# Broken chromoly frame; how to find a welder to repair?



## veryavgwhtguy (Jul 31, 2008)

I broke my chromoly steel frame yesterday, and am not optimistic about a warranty replacement due to the manufacturer's customer service reputation. Would a welder need any special qualifications, equipment, or techniques to fix this? Or is it even fixable?


----------



## Blaster1200 (Feb 20, 2004)

Why don't you first contact Ragley to see if they'll warranty it for you? That would be a lot less expensive than a repair.


----------



## veryavgwhtguy (Jul 31, 2008)

Not necessarily if this certain manufacturer (who had remained nameless prior to your post) makes me ship the frame back, which is what their warranty page says needs to happen. I've already contacted them via email and am waiting for a response. I'm doubtful, so I want to get my ducks in a row to have it repaired now.


----------



## CBookman (Sep 9, 2008)

Repairing it will require the paint/powder to be removed in order to replace the dropout or weld it back together. No idea what the charge would be to weld it, and replacing the dropout someone else here could help with cost of that. It appears to have failed at the weld. 

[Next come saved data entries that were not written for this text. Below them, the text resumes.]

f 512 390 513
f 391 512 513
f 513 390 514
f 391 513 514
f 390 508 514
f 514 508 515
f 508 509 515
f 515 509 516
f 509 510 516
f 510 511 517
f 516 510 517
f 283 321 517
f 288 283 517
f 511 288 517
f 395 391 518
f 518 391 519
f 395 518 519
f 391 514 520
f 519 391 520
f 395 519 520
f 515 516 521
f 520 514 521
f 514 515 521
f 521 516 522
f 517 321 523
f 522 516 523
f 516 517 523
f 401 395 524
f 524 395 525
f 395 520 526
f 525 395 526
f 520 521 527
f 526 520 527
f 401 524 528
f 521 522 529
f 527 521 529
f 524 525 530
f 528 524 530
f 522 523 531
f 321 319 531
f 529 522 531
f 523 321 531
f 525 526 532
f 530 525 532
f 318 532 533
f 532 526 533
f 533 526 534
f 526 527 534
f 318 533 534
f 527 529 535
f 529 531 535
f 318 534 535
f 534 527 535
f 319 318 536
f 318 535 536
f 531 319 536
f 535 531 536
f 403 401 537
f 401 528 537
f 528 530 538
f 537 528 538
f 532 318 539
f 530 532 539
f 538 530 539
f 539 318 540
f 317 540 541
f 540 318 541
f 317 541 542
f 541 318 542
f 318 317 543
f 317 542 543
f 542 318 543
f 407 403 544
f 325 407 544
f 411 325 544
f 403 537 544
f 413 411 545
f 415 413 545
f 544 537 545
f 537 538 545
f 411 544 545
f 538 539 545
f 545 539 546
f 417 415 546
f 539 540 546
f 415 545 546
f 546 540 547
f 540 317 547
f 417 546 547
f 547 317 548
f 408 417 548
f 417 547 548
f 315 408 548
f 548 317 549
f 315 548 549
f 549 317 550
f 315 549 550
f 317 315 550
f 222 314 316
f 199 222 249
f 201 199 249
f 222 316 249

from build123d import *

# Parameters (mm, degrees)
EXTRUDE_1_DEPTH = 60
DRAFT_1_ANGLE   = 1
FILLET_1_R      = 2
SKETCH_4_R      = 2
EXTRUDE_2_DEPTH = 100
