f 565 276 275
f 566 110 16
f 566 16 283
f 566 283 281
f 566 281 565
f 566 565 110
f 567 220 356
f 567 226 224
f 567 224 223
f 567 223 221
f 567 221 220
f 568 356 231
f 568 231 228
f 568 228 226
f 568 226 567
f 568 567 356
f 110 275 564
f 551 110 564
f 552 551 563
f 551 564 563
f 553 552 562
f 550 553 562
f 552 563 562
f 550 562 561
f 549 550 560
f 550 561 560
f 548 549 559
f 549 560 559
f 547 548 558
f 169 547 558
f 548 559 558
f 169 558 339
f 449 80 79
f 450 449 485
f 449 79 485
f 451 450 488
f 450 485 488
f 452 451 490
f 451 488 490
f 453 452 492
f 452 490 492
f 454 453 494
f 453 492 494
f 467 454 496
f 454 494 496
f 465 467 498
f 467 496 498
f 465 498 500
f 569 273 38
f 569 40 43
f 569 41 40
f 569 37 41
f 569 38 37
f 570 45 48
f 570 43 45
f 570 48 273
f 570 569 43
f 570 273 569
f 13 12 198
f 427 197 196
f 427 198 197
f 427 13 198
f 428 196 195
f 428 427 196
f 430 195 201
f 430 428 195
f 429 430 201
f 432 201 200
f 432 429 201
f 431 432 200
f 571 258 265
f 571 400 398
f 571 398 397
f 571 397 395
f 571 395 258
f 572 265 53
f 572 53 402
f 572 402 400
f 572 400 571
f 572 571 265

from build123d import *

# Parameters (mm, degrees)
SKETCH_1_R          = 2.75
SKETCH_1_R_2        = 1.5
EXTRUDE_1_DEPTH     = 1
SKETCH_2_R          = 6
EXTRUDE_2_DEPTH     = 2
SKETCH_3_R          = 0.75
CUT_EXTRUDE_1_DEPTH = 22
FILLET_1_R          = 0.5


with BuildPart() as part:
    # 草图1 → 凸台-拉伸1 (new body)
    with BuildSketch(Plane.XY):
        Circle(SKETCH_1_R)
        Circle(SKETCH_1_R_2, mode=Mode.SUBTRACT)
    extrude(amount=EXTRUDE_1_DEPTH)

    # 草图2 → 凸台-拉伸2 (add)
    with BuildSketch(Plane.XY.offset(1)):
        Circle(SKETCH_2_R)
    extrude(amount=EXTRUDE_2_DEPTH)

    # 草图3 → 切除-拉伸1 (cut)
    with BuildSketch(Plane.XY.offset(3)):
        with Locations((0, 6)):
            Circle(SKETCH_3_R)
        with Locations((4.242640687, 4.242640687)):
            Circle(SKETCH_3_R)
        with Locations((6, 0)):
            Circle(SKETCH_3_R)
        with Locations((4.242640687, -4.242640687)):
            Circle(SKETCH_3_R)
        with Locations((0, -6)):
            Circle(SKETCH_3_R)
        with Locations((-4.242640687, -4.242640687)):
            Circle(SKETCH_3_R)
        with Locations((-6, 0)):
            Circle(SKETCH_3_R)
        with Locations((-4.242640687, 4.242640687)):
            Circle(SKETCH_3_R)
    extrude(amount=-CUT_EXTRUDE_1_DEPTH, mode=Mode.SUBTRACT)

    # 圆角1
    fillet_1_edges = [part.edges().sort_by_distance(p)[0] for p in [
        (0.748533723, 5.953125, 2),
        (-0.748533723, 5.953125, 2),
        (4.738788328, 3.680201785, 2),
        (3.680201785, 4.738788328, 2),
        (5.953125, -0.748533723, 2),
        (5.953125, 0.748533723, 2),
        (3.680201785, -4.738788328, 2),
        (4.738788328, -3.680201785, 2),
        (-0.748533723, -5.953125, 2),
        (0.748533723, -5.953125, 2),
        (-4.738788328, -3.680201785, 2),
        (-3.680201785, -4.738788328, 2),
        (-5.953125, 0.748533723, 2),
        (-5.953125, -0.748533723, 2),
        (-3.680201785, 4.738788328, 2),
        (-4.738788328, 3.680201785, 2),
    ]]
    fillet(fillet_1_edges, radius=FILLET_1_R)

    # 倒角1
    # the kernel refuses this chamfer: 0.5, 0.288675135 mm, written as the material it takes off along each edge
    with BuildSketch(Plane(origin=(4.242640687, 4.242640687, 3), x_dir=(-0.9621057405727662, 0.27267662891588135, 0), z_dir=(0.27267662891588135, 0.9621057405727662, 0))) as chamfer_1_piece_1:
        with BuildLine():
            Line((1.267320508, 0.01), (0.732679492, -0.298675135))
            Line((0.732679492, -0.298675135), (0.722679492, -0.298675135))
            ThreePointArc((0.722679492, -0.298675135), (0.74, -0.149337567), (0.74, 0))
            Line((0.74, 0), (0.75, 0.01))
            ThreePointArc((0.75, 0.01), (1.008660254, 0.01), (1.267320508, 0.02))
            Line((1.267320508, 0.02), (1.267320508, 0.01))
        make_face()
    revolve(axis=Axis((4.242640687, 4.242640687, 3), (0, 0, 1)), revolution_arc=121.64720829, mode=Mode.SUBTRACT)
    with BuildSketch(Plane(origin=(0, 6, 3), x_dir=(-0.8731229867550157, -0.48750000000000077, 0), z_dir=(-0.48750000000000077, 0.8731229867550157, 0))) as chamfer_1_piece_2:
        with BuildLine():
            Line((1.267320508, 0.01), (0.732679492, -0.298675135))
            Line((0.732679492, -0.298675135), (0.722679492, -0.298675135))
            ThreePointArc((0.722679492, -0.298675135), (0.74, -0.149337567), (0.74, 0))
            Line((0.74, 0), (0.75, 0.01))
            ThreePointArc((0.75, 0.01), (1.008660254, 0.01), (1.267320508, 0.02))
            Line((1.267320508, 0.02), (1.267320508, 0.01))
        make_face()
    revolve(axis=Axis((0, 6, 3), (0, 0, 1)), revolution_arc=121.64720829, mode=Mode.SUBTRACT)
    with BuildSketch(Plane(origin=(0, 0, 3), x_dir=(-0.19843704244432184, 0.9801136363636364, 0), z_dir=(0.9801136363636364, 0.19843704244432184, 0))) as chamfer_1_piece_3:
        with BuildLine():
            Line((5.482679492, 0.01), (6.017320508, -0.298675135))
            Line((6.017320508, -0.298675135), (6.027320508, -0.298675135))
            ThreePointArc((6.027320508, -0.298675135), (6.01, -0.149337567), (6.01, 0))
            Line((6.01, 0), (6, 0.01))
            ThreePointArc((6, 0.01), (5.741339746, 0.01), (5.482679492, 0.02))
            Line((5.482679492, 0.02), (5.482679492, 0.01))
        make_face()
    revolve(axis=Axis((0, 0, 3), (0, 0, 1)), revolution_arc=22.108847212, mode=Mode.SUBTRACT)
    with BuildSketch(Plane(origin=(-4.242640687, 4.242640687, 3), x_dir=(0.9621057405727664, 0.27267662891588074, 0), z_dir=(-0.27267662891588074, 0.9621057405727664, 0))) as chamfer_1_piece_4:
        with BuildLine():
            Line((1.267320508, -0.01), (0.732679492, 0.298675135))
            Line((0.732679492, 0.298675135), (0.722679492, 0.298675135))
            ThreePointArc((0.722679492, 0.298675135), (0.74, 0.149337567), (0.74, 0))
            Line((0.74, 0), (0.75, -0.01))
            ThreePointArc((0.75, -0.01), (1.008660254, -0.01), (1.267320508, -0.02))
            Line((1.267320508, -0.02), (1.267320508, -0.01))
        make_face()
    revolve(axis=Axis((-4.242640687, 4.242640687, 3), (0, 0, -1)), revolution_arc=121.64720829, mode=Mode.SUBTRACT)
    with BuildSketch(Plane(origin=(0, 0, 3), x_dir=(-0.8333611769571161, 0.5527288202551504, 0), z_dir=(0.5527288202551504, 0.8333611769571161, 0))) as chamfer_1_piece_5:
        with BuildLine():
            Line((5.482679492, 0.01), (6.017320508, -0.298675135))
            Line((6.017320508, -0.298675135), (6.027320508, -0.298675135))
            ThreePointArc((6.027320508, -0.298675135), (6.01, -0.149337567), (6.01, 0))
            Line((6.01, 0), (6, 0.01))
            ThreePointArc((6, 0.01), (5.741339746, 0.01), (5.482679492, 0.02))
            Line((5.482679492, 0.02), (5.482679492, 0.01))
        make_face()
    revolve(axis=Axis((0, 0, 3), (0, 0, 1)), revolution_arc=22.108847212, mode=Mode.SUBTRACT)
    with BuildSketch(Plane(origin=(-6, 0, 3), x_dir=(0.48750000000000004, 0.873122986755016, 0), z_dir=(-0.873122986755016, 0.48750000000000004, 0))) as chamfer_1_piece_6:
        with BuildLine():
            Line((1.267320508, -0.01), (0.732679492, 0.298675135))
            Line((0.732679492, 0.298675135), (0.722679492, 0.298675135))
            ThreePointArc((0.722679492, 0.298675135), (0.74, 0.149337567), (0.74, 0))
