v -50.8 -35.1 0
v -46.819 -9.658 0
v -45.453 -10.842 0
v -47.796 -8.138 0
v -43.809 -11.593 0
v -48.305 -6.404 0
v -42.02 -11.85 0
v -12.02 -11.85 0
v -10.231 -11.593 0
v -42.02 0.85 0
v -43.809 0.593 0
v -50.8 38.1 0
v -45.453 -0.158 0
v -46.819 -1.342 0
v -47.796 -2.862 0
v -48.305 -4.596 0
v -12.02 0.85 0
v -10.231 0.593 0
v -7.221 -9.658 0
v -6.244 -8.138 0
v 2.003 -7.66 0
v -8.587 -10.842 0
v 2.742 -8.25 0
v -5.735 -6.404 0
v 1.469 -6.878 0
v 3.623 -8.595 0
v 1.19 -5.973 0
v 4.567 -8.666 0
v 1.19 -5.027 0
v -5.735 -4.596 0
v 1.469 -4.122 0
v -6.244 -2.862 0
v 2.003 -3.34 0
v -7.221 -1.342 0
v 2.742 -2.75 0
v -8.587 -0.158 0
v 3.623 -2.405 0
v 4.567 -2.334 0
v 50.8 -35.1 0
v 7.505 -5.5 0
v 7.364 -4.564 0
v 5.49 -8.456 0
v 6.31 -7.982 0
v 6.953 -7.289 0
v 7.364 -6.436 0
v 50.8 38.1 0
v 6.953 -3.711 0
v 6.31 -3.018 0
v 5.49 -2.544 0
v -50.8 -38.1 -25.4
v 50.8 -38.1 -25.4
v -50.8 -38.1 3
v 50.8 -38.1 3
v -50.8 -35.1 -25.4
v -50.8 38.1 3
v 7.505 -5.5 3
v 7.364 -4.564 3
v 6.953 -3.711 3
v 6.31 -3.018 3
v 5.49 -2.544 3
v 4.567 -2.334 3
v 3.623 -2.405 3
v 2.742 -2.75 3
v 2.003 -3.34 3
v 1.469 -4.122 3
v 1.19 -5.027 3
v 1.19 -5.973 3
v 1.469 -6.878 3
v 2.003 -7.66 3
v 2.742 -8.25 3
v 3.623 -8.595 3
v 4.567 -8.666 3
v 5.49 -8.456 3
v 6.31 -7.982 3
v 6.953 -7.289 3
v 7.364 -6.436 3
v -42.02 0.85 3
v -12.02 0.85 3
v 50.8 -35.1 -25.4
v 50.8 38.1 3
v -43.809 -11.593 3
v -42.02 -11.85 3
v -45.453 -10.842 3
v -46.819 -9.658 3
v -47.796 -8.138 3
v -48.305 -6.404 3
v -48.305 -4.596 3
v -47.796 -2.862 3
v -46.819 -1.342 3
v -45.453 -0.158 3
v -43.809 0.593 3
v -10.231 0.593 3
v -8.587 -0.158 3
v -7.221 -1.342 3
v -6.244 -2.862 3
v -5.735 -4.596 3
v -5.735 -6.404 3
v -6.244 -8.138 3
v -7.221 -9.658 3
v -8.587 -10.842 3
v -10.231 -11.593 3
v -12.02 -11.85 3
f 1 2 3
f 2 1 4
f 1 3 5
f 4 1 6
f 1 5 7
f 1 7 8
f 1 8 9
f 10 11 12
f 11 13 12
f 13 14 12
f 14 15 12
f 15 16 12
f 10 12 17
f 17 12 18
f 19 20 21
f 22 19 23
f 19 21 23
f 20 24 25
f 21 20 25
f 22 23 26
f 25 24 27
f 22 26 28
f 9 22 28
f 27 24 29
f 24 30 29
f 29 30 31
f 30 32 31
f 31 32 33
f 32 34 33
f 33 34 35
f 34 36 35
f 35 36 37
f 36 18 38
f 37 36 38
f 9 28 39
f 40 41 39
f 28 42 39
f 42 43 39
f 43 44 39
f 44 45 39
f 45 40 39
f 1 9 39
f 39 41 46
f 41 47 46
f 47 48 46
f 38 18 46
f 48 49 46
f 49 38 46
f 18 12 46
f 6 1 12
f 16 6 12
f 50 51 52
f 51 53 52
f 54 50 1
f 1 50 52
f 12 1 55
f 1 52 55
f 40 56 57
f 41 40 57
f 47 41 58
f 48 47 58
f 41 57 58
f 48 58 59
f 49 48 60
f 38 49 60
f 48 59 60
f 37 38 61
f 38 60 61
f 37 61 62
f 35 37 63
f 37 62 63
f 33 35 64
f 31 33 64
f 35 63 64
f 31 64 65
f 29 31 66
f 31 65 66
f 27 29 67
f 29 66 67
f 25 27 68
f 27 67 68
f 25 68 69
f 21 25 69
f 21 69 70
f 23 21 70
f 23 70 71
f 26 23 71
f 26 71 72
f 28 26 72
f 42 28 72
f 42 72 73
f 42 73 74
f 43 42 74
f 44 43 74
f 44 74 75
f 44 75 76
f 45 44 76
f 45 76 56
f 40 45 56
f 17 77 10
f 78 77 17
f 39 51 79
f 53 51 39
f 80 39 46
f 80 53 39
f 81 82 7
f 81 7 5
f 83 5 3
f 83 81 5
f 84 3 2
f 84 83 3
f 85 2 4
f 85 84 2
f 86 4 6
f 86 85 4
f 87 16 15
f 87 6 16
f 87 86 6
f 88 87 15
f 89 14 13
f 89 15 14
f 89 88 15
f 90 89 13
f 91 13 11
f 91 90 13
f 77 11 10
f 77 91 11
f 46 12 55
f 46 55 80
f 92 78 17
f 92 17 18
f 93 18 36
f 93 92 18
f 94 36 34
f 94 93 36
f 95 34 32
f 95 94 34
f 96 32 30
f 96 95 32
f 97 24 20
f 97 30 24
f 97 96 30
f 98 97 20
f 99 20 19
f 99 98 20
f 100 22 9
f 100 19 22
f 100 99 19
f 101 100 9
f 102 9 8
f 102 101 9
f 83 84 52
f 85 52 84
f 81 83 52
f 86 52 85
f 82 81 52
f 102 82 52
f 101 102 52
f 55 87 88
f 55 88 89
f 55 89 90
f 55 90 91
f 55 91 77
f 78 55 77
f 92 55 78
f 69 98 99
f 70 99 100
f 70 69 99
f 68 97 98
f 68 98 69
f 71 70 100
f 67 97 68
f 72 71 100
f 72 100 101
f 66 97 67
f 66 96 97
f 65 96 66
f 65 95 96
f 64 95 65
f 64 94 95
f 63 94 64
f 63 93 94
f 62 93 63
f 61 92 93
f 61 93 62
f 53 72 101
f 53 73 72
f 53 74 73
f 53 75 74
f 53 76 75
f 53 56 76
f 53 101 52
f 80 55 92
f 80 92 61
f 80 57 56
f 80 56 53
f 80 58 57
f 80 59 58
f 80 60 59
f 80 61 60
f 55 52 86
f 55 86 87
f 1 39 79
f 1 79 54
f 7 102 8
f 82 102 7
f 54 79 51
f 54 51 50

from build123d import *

# Parameters (mm, degrees)
CROQUIS1_W              = 101.6
CROQUIS1_H              = 76.2
SALIENTE_EXTRUIR1_DEPTH = 3
CROQUIS2_W              = 101.6
CROQUIS2_H              = 3
SALIENTE_EXTRUIR2_DEPTH = 25.4
CROQUIS3_R              = 3.175
CORTAR_EXTRUIR1_DEPTH   = 70.561555474


with BuildPart() as part:
    # Croquis1 → Saliente-Extruir1 (new body)
    with BuildSketch(Plane.XY):
        Rectangle(CROQUIS1_W, CROQUIS1_H)
    extrude(amount=SALIENTE_EXTRUIR1_DEPTH)

    # Croquis2 → Saliente-Extruir2 (add)
    with BuildSketch(Plane(origin=(0, 0, 0), x_dir=(-1, 0, 0), z_dir=(0, 0, -1))):
        with Locations((0, -36.6)):
            Rectangle(CROQUIS2_W, CROQUIS2_H)
    extrude(amount=SALIENTE_EXTRUIR2_DEPTH)

    # Croquis3 → Cortar-Extruir1 (cut, through all)
    with BuildSketch(Plane.XY.offset(3)):
        with Locations((4.33, -5.5)):
            Circle(CROQUIS3_R)
        with BuildLine():
            Line((-42.02, 0.85), (-12.02, 0.85))
            ThreePointArc((-12.02, 0.85), (-5.67, -5.5), (-12.02, -11.85))
            Line((-12.02, -11.85), (-42.02, -11.85))
            ThreePointArc((-42.02, -11.85), (-48.37, -5.5), (-42.02, 0.85))
        make_face()
    extrude(amount=-CORTAR_EXTRUIR1_DEPTH, mode=Mode.SUBTRACT)


solid = part.part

Repainting with a color match is probably going to be a bit more than shipping it one way in most cases.

I'm with Blaster on this one.


----------



## veryavgwhtguy (Jul 31, 2008)

Thanks to the two respondents for thinking up their own questions to answer for themselves. Is there anyone who can answer: _Would a welder need any special qualifications, equipment, or techniques to fix this?_


----------



## TimT (Jan 1, 2004)

Best to take it to a welding shop. Its not so much the equipment but the experience of the welder. If your used to thick structural steel and then try a thin tube you can blow a hole in the frame. Or find a local frame builder or maybe send it to some one on here.

Tim


----------



## qbert2000 (Jul 30, 2008)

Let me google that for you


----------



## skogan (Jan 12, 2004)

It's not a rocket ship, all you need to do is find someone comfortable TIG welding thin gauge steel. Call around to your local welding shops. E70s rod is all they need to use. Clean the area to bare metal, have them repair as they see fit and then hit it with some touch up paint. 
Ride it and see if you can break it again. 

Looks like the drop out failed, not the weld. Poor casting perhaps?


----------



## veryavgwhtguy (Jul 31, 2008)

Thanks! Exactly what I was looking for.


----------



## Pimpride (Nov 14, 2005)

I had a EL / OS bianchi denali that broke at the BB / Chainstay and had someone weld it (rather quickly) and it's held for years.... Good luck!


----------



## shellshocked (Jul 9, 2011)

Just going through this with an aluminum frame - but not that bad or a break. I have a welder lined up for this week. I just Googled frame welding, TIG welding, MIG welding and my city. The estimates are ranging from a low of $50 to around $100 and the time is in the prep work - the actual welding takes 2-3 minutes. You might look for someone who build bike or motorcycle frames in your area as well.


----------



## veryavgwhtguy (Jul 31, 2008)

I had it welded up by a guy for $26.50. Not the stack-o-dimes weld I hoped for, but not a total bird poop weld either. Just finished spray painting it. There could be stress risers created at the corners of the gusset that cause the tube to crack in those locations. We shall see.


----------



## qbert2000 (Jul 30, 2008)

veryavgwhtguy said:


> I had it welded up by a guy for $26.50. Not the stack-o-dimes weld I hoped for, but not a total bird poop weld either. Just finished spray painting it. There could be stress risers created at the corners of the gusset that cause the tube to crack in those locations. We shall see.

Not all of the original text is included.